Arthur Ouwehand: A Passion for Probiotics

Arthur Ouwehand

Arthur Ouwehand is an exceptionally busy man. A technical fellow and research manager at DuPont’s Active Nutrition division of DuPont Nutrition & Health, in Finland, he has authored more than 250 journal articles and book chapters. He is the editor of three books on lactic acid bacteria and the intestinal microbiota. He speaks fluent Dutch, English, Swedish, German and “functional” Finnish. And he’s also an adjunct professor in applied microbiology at the University of Turku in Finland.

Ouwehand was recently awarded the 2017 Pedersen Medal, an honor reserved for individuals who achieved scientific and technical breakthroughs that resulted in significant value for customers. Ouwehand has worked for DuPont for more than 13 years, and as a member of the faculty at Göteborg University in Sweden since earning his doctorate there in 1999.

“The research that my team and I have been doing here at DuPont has, of course, been aimed at supporting DuPont’s business,” says Ouwehand, about balancing his dual industry and academic lives. “Then, as a scientist in academia, I also get to try to lift the science to a higher level.”

Probiotics are Ouwehand’s passion.

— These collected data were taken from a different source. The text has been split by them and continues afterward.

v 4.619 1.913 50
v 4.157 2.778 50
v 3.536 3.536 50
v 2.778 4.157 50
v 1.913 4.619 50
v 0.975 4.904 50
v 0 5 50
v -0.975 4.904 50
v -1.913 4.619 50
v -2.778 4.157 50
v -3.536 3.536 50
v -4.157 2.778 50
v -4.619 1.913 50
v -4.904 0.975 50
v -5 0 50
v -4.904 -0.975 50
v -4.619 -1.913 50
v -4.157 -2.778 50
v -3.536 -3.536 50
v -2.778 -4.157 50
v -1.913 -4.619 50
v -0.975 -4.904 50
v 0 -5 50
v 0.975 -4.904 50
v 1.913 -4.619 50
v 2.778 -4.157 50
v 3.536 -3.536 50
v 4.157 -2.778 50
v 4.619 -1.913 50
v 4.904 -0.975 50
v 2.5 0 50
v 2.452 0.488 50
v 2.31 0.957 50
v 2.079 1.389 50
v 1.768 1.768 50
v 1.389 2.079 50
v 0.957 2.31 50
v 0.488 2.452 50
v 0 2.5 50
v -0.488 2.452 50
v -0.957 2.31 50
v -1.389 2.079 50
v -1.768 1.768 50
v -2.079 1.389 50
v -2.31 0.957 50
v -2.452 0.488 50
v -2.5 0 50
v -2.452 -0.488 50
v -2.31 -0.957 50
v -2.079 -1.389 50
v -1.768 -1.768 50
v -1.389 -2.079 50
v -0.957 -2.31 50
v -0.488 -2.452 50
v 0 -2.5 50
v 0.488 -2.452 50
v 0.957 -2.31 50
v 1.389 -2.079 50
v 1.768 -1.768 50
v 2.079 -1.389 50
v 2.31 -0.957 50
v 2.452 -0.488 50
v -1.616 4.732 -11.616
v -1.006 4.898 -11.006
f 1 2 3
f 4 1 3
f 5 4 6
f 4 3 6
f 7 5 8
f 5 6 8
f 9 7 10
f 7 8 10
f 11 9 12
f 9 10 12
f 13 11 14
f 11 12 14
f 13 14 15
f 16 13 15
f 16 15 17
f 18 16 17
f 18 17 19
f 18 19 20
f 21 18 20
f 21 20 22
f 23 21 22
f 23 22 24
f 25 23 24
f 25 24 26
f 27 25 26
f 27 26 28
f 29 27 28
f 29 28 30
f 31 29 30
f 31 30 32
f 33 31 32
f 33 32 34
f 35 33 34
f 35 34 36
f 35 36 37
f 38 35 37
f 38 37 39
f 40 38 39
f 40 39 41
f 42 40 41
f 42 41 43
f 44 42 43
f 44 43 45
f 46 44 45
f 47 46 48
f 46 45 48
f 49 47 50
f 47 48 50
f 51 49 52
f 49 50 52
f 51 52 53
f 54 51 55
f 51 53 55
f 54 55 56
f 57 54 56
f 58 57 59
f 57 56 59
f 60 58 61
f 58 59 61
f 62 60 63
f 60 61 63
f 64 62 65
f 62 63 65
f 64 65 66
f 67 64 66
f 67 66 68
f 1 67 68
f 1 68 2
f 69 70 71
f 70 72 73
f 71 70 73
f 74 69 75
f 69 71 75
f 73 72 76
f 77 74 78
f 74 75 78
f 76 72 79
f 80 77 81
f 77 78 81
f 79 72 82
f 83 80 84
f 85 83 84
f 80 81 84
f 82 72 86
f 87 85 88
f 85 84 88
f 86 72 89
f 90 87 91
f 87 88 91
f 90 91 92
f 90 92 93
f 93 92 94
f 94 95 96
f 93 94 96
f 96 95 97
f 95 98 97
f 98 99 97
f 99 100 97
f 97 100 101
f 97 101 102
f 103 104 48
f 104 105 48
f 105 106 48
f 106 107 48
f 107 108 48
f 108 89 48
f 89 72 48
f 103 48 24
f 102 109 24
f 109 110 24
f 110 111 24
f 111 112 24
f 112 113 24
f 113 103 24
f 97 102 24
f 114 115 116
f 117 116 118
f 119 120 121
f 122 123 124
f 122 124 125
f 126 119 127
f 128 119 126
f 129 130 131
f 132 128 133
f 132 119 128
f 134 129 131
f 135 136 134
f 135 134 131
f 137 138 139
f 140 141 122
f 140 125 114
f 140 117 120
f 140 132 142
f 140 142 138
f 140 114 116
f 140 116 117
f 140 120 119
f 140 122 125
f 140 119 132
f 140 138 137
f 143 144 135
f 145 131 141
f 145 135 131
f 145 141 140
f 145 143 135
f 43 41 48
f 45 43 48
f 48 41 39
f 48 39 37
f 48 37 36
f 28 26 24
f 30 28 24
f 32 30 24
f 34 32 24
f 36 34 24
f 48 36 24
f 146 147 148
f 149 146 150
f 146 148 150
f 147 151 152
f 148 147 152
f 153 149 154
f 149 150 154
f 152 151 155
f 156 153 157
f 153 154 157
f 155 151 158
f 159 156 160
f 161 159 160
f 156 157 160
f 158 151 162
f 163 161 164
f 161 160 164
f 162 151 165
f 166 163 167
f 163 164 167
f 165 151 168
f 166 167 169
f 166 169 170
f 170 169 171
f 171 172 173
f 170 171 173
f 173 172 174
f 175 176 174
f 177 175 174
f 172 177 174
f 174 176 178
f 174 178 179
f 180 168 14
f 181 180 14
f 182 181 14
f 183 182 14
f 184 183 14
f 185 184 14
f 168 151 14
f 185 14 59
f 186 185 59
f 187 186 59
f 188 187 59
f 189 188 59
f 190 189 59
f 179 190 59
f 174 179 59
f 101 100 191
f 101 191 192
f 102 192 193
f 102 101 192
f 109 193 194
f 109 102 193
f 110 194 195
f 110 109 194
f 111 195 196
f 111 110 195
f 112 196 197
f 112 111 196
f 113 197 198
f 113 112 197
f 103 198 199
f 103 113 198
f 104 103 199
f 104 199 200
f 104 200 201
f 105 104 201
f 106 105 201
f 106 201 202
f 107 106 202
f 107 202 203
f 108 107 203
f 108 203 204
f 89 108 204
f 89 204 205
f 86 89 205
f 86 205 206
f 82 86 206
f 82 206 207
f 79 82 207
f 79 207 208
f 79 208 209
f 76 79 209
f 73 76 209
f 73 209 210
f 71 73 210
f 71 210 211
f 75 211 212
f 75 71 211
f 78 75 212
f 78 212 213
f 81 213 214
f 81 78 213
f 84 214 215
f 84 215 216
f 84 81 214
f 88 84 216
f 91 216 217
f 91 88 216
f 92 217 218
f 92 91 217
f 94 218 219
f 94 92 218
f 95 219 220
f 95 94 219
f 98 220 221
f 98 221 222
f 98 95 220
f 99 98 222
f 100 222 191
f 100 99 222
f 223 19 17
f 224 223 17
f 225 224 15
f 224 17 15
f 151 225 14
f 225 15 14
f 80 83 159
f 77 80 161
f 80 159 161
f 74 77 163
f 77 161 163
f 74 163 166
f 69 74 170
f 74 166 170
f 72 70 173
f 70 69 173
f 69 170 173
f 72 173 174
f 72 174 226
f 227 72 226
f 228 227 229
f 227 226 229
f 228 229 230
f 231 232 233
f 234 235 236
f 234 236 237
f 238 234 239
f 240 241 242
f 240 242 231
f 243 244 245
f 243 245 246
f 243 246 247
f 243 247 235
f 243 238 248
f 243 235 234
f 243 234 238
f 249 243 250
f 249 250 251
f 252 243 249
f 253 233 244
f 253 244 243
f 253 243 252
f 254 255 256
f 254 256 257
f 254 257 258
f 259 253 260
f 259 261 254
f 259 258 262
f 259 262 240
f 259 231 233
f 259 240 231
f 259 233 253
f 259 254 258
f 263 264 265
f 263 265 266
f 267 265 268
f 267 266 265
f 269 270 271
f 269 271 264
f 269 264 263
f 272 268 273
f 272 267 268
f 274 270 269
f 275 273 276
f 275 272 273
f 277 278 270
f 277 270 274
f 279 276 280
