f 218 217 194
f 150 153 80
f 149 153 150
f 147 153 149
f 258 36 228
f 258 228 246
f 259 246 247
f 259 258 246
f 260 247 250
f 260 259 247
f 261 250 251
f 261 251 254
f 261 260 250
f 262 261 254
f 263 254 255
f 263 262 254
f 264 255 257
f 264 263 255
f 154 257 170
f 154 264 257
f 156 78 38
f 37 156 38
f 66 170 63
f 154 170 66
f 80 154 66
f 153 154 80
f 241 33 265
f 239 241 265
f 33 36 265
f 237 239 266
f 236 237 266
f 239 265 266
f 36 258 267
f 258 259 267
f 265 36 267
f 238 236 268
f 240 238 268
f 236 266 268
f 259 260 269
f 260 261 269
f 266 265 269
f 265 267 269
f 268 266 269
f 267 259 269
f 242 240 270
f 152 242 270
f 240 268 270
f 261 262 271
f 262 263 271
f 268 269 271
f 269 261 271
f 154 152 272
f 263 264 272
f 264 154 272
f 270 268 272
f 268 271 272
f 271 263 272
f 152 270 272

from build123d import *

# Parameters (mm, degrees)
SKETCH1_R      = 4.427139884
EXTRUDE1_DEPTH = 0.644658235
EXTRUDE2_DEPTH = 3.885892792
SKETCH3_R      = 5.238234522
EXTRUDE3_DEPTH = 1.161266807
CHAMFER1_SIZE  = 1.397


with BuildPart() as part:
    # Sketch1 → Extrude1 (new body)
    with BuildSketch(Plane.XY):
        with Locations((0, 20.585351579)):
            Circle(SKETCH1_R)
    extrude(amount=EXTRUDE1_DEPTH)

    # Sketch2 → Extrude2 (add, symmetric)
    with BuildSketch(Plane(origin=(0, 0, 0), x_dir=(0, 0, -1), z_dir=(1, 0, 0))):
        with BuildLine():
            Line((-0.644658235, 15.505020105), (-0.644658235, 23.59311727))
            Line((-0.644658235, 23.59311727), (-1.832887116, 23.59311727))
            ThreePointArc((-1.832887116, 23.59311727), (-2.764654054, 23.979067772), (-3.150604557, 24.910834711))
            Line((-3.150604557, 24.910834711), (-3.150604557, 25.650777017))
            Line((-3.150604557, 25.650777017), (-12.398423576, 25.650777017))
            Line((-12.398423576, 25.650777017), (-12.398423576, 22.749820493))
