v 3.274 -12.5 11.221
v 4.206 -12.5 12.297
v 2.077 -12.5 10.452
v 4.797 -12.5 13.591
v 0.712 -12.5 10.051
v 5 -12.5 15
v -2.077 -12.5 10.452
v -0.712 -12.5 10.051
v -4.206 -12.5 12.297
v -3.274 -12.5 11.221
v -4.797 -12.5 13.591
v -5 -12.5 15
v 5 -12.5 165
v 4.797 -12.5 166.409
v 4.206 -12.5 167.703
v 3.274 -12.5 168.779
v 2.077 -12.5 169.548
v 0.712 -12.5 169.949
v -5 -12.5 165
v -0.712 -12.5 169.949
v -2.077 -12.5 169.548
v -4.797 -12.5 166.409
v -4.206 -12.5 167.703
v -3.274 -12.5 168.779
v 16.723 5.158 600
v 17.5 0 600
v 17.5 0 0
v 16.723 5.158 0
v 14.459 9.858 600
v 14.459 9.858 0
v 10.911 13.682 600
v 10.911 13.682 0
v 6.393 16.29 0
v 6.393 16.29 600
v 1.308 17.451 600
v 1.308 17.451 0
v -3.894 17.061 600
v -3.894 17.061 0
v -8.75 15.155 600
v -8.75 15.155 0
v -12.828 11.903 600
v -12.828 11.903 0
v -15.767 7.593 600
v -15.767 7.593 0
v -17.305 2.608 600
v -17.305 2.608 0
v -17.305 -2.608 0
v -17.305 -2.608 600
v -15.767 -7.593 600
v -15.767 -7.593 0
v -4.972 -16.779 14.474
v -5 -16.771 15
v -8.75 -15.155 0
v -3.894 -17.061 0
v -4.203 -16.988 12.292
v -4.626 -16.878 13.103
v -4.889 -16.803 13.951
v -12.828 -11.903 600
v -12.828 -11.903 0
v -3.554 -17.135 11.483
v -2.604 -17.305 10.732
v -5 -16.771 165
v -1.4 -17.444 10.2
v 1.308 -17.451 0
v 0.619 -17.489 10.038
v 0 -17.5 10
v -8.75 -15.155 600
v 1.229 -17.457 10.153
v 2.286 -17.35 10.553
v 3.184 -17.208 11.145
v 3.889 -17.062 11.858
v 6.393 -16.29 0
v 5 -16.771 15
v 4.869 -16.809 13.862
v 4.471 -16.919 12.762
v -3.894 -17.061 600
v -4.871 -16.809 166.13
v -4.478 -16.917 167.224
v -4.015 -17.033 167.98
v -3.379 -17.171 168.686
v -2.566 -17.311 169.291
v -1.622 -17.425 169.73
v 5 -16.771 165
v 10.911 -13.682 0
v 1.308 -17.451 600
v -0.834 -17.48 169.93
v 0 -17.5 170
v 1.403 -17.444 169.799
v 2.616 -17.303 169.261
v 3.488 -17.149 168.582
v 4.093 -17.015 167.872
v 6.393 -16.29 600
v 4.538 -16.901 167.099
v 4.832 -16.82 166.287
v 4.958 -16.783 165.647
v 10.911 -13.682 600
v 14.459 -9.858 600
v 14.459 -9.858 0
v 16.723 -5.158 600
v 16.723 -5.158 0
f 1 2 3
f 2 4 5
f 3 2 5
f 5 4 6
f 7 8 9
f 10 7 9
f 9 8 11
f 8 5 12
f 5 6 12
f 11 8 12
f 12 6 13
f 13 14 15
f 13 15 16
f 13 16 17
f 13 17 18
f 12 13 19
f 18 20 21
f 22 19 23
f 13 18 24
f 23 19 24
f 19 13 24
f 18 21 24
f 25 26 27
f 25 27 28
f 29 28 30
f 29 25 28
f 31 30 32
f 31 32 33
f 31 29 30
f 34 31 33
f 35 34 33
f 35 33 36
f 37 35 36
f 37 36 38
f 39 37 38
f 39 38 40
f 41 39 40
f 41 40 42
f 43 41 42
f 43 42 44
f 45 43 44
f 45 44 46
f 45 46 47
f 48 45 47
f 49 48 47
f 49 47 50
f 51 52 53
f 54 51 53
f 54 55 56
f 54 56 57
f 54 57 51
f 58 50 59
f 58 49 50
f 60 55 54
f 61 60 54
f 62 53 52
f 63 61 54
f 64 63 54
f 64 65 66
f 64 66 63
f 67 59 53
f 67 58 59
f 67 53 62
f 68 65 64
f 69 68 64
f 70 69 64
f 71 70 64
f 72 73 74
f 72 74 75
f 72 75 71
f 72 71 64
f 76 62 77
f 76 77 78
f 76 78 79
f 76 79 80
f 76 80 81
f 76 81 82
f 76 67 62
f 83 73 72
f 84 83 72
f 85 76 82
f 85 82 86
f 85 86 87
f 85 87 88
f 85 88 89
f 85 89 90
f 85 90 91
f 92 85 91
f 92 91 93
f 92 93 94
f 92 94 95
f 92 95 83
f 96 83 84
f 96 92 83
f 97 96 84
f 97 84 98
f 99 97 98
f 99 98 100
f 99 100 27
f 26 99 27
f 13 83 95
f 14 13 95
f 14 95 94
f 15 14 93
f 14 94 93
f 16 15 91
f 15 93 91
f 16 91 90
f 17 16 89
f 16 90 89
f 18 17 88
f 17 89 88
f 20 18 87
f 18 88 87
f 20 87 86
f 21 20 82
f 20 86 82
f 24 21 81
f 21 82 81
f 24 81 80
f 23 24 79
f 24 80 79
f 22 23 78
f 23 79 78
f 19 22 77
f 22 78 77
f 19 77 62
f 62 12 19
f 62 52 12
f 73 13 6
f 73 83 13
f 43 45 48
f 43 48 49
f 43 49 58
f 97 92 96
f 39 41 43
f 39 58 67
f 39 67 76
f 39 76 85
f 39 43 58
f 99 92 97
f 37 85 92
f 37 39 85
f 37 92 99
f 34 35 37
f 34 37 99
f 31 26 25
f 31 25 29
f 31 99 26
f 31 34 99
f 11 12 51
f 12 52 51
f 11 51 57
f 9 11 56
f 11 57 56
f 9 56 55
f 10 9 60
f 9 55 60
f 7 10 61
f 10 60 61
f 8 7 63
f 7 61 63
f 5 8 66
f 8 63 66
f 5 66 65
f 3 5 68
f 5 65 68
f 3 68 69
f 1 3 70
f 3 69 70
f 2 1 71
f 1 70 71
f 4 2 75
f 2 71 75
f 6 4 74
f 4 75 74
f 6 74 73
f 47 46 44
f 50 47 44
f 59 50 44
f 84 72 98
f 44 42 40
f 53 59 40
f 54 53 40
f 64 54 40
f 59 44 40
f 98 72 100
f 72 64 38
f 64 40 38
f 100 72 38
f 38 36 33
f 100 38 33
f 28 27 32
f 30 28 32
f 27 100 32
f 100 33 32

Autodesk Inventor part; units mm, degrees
ref_plane "YZ Plane" through (0, 0, 0) normal (1, 0, 0) x (0, 1, 0)
ref_plane "XY Plane" through (0, 0, 0) normal (0, 0, 1) x (1, 0, 0)
sketch "Sketch1" plane through (0, 0, 0) normal (0, 1, 0) x (-1, 0, 0)
  line L0 (0, 0) -> (0, 600)
  line L1 (0, 0) -> (-17.5, 0)
  line L2 (-17.5, 0) -> (-17.5, 600)
  line L3 (-17.5, 600) -> (0, 600)
  line L4 (-17.5, 200) -> (-18, 200)
  line L5 (-18, 200) -> (-18, 350)
  line L6 (-18, 350) -> (-17.5, 350)
  dimension "d5" = 35
  dimension "d6" = 36
  dimension "d7" = 600
  dimension "d8" = 250
  dimension "d9" = 200
revolve "Revolution1" add sketch "Sketch1" angle 360 about axis through (0, 0, 0) along (0, 0, 1) contours L1 L2 L3 L0
ref_plane "Work Plane2" through (0, -17.5, 300) normal (0, 1, 0) x (-1, 0, 0)
sketch "Sketch2" plane through (0, -17.5, 300) normal (0, 1, 0) x (-1, 0, 0)
  line L0 (0, -135) -> (0, -285) construction
  line L1 (-5, -135) -> (-5, -285)
  line L2 (5, -285) -> (5, -135)
  arc A0 (5, -135) -> (-5, -135) centre (0, -135) ccw
  arc A1 (-5, -285) -> (5, -285) centre (0, -285) ccw
  point P0 (0, -300)
  point P1 (0, -210)
  point P2 (0, -290)
  dimension "d10" = 10
  dimension "d11" = 150
  dimension "d12" = 10
extrude "Extrusion1" cut sketch "Sketch2" along normal blind 5
properties part number "Вал ведущей шестерни"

Live microorganisms that — when taken in sufficient amounts — have been shown to improve the health of the host.

“When I started in the probiotics business — maybe 25 years ago — it wasn’t very well known,” says Ouwehand. “Now it is mainstream. Most people have at least some understanding of probiotics and what they do, which is gratifying.”

Among other achievements, Ouwehand has documented how probiotics can reduce risk for respiratory infections and digestive problems.

In one study, Ouwehand identified how France could save hundreds of millions of dollars annually by using probiotics to reduce the risk and duration of respiratory tract infection, and reduce the risk of the diarrhea that is one of the most common side effects of antibiotics.

In another study, Ouwehand demonstrated that taking probiotics for abdominal pain — including the pain associated with serious conditions like irritable bowel syndrome — induces effects that are similar to morphine.

“We’ve published our results in Nature Medicine, which is about as good as you can get when you’re a scientist,” says Ouwehand.

Ouwehand says that he is driven in his work by the need to understand. “I'm a scientist. I like to know how things work,” he says. “Why are things the way they are?” Ouwehand’s balance of academic and industry research, sure seems to satisfy this deep need.